In Cluj, Babes-Bolyai University has established autonomous research institutes on transition in Central and Eastern Europe, ethnic relations in Transylvania, and Jewish studies. It also has set up new departments devoted to Orthodox Christian, Roman Catholic, and Protestant theology, and a master’s-degree program in contemporary Romanian history.
The University of Bucharest has seen explosive growth since 1990, when only 7,000 students attended its seven faculties, or colleges. Today 30,000 students are enrolled at 17 university faculties, while researchers work at 23 newly formed centers, many of which are self-supporting.
“Five years after the revolution, we have almost returned to our 1928 level of 38,000 students,” says the university’s rector, Emil Constantinescu, a prominent leader of Romania’s political opposition. “We’ve tripled the number of professors and researchers. But it was difficult finding qualified teachers to develop these new departments.”
Drawing from the staff of the Academy of Sciences, exiled Romanians living abroad, and visiting professors, the university, by most accounts, has been very successful in reviving long-dormant disciplines under difficult circumstances.

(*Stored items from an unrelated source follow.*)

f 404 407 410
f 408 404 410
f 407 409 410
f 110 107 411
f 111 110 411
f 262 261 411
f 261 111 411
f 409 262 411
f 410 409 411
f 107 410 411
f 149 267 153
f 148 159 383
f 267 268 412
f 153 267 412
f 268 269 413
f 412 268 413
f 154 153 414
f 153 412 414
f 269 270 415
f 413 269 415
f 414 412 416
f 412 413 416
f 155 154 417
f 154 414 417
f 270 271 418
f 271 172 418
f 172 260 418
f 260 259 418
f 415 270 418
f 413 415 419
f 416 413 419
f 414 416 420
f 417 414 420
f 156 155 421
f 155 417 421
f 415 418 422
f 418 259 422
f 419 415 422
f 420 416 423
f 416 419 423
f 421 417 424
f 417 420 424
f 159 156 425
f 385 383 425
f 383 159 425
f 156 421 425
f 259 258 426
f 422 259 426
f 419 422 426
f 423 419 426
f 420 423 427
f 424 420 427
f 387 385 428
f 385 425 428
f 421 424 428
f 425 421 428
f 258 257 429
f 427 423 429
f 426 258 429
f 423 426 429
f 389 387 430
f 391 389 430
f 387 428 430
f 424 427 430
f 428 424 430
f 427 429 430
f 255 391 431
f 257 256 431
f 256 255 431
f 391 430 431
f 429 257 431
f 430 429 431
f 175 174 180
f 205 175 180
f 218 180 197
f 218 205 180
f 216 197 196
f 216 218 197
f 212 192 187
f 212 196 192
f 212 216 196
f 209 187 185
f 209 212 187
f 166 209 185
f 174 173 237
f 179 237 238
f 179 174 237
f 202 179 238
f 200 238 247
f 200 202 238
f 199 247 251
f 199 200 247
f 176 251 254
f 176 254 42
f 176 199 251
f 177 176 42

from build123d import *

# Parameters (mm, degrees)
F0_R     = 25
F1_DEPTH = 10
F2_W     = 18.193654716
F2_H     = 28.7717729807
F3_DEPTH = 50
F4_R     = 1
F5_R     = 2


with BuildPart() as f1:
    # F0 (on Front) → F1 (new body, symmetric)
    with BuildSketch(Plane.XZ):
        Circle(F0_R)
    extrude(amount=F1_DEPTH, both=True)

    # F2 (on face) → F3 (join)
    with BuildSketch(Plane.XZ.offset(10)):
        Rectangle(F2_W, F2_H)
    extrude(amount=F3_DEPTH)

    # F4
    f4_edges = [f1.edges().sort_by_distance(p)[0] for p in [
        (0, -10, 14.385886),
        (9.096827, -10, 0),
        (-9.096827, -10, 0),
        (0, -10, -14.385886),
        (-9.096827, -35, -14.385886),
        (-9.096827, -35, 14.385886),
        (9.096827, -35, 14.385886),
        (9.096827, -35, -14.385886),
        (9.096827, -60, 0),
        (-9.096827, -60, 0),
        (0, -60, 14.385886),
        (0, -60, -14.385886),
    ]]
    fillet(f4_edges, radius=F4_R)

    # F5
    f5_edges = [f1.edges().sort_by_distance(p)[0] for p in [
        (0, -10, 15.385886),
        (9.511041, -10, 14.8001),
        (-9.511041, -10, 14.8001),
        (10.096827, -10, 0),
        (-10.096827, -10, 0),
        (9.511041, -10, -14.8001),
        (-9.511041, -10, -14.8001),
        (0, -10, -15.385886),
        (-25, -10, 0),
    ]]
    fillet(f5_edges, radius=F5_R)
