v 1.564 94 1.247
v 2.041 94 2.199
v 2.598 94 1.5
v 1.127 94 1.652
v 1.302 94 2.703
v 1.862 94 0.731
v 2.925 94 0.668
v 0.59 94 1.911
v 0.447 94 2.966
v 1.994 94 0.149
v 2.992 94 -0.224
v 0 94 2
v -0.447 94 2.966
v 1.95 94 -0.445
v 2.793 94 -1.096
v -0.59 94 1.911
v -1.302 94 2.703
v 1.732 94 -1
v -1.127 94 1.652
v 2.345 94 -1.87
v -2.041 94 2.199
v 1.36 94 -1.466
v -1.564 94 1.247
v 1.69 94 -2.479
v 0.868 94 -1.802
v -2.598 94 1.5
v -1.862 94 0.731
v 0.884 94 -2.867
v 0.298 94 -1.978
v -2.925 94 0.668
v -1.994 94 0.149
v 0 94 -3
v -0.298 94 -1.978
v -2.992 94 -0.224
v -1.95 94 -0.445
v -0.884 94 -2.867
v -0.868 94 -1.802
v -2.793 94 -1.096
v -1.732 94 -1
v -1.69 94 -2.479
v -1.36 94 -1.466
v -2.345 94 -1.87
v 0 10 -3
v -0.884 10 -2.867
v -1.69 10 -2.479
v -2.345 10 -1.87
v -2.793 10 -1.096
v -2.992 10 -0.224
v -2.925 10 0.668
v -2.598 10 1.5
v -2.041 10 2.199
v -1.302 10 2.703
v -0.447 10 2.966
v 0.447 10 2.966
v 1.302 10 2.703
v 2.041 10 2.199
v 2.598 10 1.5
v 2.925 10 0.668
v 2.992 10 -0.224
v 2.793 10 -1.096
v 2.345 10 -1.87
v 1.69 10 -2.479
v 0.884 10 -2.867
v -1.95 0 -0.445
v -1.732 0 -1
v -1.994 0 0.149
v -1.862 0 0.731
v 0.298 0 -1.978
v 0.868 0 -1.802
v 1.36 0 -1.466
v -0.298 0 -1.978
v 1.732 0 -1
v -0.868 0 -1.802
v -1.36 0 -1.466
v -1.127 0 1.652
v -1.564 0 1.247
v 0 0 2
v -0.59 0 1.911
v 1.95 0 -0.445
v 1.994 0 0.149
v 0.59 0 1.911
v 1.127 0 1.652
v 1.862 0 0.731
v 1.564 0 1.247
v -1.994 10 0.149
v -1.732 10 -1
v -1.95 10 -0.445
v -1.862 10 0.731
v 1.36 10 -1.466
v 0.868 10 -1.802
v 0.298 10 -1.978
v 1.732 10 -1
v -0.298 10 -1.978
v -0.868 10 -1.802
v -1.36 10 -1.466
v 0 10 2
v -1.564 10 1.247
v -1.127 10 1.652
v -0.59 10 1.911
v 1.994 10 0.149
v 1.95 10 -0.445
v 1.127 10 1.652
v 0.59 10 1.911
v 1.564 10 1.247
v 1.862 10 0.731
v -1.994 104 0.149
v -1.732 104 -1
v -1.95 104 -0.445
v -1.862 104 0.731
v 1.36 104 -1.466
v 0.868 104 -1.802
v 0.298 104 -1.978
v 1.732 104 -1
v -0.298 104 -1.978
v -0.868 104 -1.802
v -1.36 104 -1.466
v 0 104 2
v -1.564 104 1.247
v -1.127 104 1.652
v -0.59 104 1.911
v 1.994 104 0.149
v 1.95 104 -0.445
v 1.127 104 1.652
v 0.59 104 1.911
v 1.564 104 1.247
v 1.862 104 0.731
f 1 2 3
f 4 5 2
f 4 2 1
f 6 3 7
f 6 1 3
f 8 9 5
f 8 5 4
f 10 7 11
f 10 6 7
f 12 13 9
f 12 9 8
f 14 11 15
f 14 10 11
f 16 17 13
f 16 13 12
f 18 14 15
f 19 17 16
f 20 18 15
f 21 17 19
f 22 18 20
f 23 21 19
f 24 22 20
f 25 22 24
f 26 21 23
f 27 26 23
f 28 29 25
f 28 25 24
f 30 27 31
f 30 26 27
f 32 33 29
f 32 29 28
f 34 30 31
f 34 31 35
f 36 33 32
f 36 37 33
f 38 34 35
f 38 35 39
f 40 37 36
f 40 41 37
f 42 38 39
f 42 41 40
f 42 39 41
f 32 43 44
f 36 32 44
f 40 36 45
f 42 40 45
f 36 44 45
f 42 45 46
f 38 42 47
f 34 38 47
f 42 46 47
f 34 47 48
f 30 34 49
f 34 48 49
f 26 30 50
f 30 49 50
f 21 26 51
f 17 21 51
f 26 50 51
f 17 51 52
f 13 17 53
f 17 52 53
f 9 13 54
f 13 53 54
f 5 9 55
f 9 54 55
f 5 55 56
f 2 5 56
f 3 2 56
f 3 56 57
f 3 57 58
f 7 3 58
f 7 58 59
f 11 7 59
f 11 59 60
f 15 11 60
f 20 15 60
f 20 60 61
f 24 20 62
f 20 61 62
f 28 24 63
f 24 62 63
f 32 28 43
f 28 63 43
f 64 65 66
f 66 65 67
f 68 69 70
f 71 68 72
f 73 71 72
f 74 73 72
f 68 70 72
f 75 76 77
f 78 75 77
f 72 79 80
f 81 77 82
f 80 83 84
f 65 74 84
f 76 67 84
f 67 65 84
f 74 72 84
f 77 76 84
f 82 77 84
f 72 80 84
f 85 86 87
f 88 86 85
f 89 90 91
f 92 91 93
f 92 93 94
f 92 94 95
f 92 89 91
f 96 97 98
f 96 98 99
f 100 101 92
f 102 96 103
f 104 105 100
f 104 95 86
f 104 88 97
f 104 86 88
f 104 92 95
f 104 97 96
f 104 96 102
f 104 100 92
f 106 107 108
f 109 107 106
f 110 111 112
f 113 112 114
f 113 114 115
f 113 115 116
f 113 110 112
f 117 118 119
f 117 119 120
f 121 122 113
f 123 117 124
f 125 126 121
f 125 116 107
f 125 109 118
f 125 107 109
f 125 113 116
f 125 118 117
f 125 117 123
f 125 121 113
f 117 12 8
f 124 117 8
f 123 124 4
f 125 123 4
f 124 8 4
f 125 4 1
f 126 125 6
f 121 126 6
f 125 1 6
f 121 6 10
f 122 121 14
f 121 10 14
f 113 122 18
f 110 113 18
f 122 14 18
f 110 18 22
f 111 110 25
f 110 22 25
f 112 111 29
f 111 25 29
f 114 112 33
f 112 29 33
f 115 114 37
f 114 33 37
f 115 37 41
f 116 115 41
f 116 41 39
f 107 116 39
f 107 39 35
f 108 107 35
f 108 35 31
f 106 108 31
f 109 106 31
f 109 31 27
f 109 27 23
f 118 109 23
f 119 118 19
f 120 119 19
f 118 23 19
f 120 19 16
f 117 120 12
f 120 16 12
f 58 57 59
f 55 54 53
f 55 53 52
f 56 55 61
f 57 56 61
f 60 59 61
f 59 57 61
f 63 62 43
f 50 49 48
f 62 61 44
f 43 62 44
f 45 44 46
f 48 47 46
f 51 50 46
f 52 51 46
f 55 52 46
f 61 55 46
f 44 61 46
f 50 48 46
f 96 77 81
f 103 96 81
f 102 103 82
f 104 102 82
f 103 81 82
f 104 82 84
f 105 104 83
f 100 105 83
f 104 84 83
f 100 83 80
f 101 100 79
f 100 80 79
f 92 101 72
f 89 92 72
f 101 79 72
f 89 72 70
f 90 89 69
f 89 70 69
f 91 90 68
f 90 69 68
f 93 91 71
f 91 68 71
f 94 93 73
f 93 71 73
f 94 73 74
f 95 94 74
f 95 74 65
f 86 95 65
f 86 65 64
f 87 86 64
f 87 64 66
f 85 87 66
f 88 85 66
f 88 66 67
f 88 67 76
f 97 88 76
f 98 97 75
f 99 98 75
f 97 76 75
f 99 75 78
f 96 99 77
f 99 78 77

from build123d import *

# Parameters (mm, degrees)
SKETCH1_R           = 2
BOSS_EXTRUDE1_DEPTH = 10
SKETCH2_R           = 3
BOSS_EXTRUDE2_DEPTH = 84
SKETCH3_R           = 2
BOSS_EXTRUDE3_DEPTH = 10


with BuildPart() as part:
    # Sketch1 → Boss-Extrude1 (new body)
    with BuildSketch(Plane(origin=(0, 0, 0), x_dir=(1, 0, 0), z_dir=(0, 1, 0))):
        with Locations(Location((0, 0, 0), (0, 0, 270))):
            Circle(SKETCH1_R)
    extrude(amount=BOSS_EXTRUDE1_DEPTH)


with BuildPart() as body_2:
    # Sketch2 → Boss-Extrude2 (new body)
    with BuildSketch(Plane(origin=(0, 10, 0), x_dir=(1, 0, 0), z_dir=(0, 1, 0))):
        with Locations(Location((0, 0, 0), (0, 0, 90))):
            Circle(SKETCH2_R)
    extrude(amount=BOSS_EXTRUDE2_DEPTH)

    # Sketch3 → Boss-Extrude3 (add)
    with BuildSketch(Plane(origin=(0, 94, 0), x_dir=(1, 0, 0), z_dir=(0, 1, 0))):
        with Locations(Location((0, 0, 0), (0, 0, 270))):
            Circle(SKETCH3_R)
    extrude(amount=BOSS_EXTRUDE3_DEPTH)


solid = Compound([part.part, body_2.part])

But students say they are frustrated by the continued presence of unqualified academics on the faculty, most of them former political appointees, and some of whom the student body had voted to oust at a 1990 assembly. It was at that meeting that new administrators were elected, including Mr. Constantinescu, Ms. Petre, and Mr. Vlasceanu, all of whom had been kicked out of the university during the Ceausescu years.
“We have a very good young generation, but the older professors are still here, and many are entirely unqualified,” says Gabriel Zbircea, the president of the Bucharest student union.
“They’ve reached retirement age, but they want to stay, and there’s little we can do to make them leave,” he adds. The law makes it virtually impossible to dismiss faculty members.
“The students are right to be upset with unqualified professors,” says Mr. Constantinescu, the rector. “But it is only the beginning. The young researchers are reviving the universities. It’s only a matter of time before the change will be complete.”